Nutrient deficiency is another problem in developing countries that GMO corporations insist should be addressed with their products. One high-profile example is vitamin A deficiency, which especially affects the Global South, increasing risks of infection, disease and other ailments such as blindness.
Golden Rice was supposed to be the GMO industry's great solution.
In 2000, Time magazine trumpeted Golden Rice—a genetically modified crop commercially licensed by Syngenta—as a way to save the lives of millions of people in the Third World. The Bill and Melinda Gates Foundation, which strongly advocates for GM crops everywhere, has long supported Golden Rice by funding the International Rice Research Institute.
However, after 24 years of promises and propaganda campaigns against GMO critics, Golden Rice is turning out to be a dud. It is nowhere close to field introduction and is likely to fall short of its purported health benefits, according to a new study from Washington University in St. Louis.
Lead author Glenn Stone, a recognized expert in global agricultural trends and humanitarian issues, used to think we should give Golden Rice a chance. But a frank analysis of the situation now leads him to a different conclusion.

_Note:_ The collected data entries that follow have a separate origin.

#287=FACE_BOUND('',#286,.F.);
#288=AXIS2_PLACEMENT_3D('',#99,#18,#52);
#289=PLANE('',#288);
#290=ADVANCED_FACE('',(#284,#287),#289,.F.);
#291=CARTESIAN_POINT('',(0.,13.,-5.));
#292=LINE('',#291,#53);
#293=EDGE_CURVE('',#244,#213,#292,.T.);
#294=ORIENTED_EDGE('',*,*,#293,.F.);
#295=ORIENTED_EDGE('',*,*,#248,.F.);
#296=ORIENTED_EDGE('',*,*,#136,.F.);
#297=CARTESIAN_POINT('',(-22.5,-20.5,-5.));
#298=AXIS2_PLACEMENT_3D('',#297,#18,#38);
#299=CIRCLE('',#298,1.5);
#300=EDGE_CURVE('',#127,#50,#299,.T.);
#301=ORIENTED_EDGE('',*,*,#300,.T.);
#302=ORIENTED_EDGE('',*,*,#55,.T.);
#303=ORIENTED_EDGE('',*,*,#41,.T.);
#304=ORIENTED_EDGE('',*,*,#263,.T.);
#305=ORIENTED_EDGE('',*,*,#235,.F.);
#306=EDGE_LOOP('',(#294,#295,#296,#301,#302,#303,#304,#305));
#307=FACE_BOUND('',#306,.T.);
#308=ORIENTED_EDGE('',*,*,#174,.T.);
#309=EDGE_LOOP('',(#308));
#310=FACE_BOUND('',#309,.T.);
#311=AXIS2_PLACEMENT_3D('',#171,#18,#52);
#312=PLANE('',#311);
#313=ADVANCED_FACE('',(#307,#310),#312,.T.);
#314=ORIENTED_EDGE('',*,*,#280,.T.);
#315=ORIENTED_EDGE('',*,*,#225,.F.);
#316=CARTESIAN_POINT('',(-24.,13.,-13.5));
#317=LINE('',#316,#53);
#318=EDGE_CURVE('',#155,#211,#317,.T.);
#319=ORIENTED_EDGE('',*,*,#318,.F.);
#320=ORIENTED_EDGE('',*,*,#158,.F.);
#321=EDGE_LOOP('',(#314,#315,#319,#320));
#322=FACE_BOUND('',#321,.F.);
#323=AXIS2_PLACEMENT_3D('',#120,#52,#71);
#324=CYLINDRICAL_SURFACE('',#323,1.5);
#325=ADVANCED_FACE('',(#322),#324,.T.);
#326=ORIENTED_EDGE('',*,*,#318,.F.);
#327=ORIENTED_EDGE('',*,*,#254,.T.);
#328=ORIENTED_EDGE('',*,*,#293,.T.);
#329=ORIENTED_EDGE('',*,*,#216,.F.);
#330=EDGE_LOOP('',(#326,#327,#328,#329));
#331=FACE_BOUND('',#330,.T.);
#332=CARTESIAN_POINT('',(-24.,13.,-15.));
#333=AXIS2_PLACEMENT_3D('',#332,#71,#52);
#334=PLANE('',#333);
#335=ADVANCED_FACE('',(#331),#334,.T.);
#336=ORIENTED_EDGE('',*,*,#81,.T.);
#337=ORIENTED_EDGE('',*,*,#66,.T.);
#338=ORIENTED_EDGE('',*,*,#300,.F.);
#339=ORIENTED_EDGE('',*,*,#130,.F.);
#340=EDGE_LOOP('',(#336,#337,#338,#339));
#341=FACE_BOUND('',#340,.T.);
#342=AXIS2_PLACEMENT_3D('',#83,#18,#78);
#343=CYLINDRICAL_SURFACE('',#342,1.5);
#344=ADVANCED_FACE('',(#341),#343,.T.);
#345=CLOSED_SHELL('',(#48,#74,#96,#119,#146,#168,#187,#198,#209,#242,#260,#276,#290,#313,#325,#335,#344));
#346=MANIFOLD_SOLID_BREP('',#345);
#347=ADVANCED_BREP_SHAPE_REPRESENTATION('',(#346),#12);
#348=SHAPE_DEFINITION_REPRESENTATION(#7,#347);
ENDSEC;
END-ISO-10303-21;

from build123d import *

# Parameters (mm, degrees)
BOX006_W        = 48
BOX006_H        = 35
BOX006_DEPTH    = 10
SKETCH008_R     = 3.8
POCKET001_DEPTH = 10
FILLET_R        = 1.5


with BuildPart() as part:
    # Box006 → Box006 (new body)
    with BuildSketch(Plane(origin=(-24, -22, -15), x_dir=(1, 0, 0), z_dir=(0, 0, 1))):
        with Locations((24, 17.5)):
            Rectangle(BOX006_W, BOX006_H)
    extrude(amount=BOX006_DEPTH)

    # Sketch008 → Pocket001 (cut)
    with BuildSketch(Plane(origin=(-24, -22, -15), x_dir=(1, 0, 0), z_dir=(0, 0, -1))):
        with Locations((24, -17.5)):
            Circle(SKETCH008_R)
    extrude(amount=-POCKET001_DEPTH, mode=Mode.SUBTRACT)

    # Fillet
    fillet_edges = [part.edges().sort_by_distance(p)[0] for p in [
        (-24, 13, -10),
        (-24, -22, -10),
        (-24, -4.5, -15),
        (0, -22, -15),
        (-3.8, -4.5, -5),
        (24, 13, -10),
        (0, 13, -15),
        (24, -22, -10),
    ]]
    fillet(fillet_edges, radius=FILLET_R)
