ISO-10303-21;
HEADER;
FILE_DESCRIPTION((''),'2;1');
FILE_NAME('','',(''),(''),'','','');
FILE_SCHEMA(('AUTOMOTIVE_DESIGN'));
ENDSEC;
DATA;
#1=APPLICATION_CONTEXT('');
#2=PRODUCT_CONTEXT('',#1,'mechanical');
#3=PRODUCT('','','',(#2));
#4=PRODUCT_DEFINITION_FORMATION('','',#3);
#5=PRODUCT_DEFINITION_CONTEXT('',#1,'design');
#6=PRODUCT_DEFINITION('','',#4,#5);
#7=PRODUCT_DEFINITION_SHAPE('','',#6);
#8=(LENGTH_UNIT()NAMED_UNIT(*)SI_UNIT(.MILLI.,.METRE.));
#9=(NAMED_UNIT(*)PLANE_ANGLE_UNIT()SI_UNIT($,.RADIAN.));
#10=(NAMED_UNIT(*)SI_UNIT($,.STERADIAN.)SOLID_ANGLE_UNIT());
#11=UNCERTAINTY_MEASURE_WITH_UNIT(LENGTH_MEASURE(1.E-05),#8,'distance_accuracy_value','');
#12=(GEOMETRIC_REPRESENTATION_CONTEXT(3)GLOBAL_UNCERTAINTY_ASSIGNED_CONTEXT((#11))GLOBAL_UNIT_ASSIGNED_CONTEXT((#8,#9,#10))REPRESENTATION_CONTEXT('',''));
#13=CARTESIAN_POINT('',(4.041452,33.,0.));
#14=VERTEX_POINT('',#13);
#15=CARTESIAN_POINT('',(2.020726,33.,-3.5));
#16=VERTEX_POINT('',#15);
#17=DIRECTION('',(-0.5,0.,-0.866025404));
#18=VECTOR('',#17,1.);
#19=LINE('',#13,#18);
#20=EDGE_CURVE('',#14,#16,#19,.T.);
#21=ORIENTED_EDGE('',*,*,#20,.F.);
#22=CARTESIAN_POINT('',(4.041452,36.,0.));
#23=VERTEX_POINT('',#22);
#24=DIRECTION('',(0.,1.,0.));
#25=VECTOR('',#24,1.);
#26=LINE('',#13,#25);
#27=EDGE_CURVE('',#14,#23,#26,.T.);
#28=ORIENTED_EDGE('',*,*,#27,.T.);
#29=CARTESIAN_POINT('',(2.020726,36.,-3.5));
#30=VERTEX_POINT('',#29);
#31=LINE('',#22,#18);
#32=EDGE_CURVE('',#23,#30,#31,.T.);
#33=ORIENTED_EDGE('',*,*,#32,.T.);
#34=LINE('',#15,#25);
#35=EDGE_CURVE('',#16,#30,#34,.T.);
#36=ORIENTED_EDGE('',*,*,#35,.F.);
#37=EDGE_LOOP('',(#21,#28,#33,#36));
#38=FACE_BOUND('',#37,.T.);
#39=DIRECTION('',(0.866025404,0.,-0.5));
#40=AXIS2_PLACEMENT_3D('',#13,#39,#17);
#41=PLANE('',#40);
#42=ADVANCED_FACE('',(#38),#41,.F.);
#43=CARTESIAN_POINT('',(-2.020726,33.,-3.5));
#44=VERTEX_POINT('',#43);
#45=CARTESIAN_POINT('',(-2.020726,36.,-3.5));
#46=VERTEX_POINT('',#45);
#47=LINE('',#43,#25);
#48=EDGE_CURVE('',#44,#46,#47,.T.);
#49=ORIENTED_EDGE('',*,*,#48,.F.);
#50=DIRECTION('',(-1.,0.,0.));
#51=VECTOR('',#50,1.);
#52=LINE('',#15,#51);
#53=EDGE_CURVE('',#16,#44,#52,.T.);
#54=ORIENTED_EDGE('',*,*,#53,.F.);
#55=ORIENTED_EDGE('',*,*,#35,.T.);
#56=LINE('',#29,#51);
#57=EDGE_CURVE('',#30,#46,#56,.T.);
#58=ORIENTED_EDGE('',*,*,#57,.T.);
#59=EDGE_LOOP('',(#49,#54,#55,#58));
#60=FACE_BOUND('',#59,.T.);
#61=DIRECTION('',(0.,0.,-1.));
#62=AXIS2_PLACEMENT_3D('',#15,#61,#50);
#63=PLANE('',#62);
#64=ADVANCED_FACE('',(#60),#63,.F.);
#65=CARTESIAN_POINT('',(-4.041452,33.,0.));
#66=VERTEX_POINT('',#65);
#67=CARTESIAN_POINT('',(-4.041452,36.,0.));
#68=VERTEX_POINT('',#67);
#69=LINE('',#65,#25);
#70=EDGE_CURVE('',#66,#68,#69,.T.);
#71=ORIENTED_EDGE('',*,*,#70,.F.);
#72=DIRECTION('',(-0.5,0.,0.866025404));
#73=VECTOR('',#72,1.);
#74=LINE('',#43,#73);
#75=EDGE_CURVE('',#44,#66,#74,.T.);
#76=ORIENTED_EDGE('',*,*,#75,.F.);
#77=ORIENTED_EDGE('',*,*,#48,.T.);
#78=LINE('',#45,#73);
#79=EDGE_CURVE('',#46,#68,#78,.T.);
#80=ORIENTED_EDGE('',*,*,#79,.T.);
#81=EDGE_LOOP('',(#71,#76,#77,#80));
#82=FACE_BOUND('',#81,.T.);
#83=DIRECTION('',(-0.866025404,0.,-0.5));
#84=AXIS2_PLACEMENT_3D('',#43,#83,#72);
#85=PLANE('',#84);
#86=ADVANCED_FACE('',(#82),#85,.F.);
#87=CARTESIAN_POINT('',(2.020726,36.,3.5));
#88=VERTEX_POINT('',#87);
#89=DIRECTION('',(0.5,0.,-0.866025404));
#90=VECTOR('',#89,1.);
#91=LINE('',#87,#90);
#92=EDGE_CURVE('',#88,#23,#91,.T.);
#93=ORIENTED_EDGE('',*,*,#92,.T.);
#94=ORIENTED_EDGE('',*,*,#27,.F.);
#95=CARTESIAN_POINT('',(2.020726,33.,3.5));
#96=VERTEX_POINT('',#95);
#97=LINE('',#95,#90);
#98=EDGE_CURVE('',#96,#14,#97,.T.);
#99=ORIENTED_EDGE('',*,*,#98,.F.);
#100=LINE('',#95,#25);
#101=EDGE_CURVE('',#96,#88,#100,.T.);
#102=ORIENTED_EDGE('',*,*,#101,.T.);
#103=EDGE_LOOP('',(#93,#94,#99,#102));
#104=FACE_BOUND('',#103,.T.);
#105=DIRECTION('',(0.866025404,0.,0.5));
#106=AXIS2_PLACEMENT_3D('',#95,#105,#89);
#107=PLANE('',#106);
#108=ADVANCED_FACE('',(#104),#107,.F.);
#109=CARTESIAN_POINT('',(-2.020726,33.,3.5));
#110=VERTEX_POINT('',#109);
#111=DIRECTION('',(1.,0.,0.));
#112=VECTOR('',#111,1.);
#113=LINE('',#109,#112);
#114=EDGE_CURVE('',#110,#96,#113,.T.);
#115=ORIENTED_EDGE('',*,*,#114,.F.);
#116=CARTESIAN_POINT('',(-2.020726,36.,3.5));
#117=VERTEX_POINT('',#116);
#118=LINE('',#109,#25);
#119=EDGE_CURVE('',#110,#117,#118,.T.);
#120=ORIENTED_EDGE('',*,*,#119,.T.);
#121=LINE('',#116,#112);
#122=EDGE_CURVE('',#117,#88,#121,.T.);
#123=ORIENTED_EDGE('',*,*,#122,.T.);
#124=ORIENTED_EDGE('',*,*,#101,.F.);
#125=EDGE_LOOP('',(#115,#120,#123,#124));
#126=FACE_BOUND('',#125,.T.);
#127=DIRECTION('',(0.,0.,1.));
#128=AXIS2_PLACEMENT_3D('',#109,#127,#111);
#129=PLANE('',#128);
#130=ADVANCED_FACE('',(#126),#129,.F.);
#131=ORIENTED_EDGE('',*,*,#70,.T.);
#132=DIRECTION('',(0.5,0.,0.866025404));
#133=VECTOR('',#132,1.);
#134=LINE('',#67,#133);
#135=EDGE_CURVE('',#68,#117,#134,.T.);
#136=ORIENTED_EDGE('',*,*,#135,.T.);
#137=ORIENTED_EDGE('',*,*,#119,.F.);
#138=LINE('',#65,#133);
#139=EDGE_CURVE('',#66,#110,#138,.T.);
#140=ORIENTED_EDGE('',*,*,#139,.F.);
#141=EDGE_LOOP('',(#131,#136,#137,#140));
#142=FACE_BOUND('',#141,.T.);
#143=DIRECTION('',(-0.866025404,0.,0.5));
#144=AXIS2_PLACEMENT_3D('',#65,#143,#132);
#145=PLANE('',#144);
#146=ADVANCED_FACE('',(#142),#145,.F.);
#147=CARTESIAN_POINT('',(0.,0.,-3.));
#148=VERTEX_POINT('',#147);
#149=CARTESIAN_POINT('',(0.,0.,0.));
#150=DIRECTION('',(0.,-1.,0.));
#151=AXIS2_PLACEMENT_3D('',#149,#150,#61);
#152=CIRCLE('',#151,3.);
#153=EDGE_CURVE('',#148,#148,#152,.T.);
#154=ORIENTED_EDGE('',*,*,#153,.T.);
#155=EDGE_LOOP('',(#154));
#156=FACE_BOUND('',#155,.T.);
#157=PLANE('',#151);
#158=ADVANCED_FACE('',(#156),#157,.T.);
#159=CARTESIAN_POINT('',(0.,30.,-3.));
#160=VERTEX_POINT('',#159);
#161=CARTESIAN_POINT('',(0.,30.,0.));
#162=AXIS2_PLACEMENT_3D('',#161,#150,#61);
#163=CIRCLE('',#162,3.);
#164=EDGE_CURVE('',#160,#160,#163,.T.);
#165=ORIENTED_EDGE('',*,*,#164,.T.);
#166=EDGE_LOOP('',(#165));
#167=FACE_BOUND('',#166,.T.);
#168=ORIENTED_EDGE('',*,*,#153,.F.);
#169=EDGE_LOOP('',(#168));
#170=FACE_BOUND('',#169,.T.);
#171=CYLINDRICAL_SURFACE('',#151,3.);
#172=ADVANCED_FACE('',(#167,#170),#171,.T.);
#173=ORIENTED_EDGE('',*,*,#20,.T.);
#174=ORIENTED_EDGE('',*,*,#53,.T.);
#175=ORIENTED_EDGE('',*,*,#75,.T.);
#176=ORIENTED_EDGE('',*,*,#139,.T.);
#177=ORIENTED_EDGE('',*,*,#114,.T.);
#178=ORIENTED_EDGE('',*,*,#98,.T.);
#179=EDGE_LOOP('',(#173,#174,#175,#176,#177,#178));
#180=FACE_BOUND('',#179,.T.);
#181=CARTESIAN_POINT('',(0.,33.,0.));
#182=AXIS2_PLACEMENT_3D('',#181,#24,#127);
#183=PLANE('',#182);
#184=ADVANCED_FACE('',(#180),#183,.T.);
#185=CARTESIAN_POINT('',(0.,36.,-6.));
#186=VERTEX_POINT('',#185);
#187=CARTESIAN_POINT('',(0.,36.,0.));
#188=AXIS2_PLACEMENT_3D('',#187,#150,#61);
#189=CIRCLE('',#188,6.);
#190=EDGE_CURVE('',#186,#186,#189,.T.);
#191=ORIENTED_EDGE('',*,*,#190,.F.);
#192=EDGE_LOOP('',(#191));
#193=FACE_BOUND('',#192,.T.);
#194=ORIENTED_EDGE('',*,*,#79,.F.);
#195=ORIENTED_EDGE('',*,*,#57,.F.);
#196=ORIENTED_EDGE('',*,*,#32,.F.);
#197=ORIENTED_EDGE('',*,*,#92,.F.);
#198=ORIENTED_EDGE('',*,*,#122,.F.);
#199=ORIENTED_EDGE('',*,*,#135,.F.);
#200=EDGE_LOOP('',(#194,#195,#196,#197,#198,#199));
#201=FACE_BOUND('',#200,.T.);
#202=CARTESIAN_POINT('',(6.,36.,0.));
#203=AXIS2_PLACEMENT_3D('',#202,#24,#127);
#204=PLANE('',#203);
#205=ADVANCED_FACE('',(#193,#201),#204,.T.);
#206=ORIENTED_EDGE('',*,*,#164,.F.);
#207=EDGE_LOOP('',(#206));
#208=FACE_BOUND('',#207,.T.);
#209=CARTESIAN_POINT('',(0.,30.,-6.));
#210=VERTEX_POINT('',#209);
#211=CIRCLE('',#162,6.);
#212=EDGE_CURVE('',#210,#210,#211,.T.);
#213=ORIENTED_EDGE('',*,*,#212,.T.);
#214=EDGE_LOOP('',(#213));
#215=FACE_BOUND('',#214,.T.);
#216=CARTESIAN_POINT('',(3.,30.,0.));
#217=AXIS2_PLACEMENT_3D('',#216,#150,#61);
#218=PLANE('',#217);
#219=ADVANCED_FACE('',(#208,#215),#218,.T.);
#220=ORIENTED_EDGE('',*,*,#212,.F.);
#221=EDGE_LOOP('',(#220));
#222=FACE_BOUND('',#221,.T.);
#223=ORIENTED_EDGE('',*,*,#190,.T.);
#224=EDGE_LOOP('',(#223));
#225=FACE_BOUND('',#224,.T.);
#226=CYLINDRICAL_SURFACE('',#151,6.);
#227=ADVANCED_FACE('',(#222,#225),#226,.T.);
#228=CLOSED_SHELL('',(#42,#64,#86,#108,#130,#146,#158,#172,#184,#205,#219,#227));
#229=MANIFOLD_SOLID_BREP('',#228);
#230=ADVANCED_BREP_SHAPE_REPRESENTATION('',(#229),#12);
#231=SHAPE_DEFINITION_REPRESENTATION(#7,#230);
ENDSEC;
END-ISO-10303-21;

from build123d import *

# Parameters (mm, degrees)
CUT_EXTRUDE1_DEPTH = 3


with BuildPart() as part:
    # Sketch1 → Revolve1 (revolve)
    with BuildSketch(Plane.XY, mode=Mode.PRIVATE) as revolve1_sk:
        Polygon((0, 0), (3, 0), (3, 30), (6, 30), (6, 36), (0, 36), align=None)
    revolve(revolve1_sk.sketch.rotate(Axis((0, 0, 0), (0, 1, 0)), 90), axis=Axis((0, 0, 0), (0, 1, 0)))

    # Sketch2 → Cut-Extrude1 (cut)
    with BuildSketch(Plane(origin=(0, 36, 0), x_dir=(1, 0, 0), z_dir=(0, 1, 0))):
        Polygon((2.020725942, 3.5), (-2.020725942, 3.5), (-4.041451884, 0), (-2.020725942, -3.5), (2.020725942, -3.5), (4.041451884, 0), align=None)
    extrude(amount=-CUT_EXTRUDE1_DEPTH, mode=Mode.SUBTRACT)


solid = part.part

GMO researchers seek to increase the amount of beta carotene by inserting genes into existing rice strains, which they say will increase available vitamin A in the edible grain."Golden Rice was a promising idea backed by good intentions," Stone said. "In contrast to anti-GMO activists, I argued that it deserved a chance to succeed. But if we are actually interested in the welfare of poor children — instead of just fighting over GMOs — then we have to make unbiased assessments of possible solutions. The simple fact is that after 24 years of research and breeding, Golden Rice is still years away from being ready for release."
But they still have not been able to produce strains that yield as well as non-GM strains. Stone points out that Golden Rice "has not been successful in test plots of the rice breeding institutes in the Philippines, where the leading research is being done."
Little is known about how well the beta carotene will hold up in storage between harvests, or when cooked using traditional methods in remote rural areas. It is not even known whether the Golden Rice beta carotene can be converted to vitamin A in badly undernourished bodies.
Despite these realities, GMO proponents push hard for Golden Rice, and have suggested that critics are prolonging the misery of poor people with vitamin A deficiencies. Monsanto and their propaganda outlets like the GMO Literacy Project say that activists are responsible for the inability of Golden Rice to become a viable solution.
This too is debunked by the study.
"Golden Rice is still not ready for the market, but we find little support for the common claim that environmental activists are responsible for stalling its introduction. GMO opponents have not been the problem," said Stone.
Comment: Golden Rice has been called a 'Trojan horse', that will not only fail to stop malnutrition, but will expand the very destitution, poverty, and helplessness that causes malnutrition in the first place. Introducing this GE crop threatens biological diversity, puts corporate profits over food sovereignty, and would result in loss of livelihoods for small-scale farmers. Proponents of Golden Rice suggest rice farmers replace their profitable crops with genetically modified rice that will treat only one of many vitamin and mineral deficiencies they may or may not potentially suffer from, deficiencies that could be easily solved through other methods.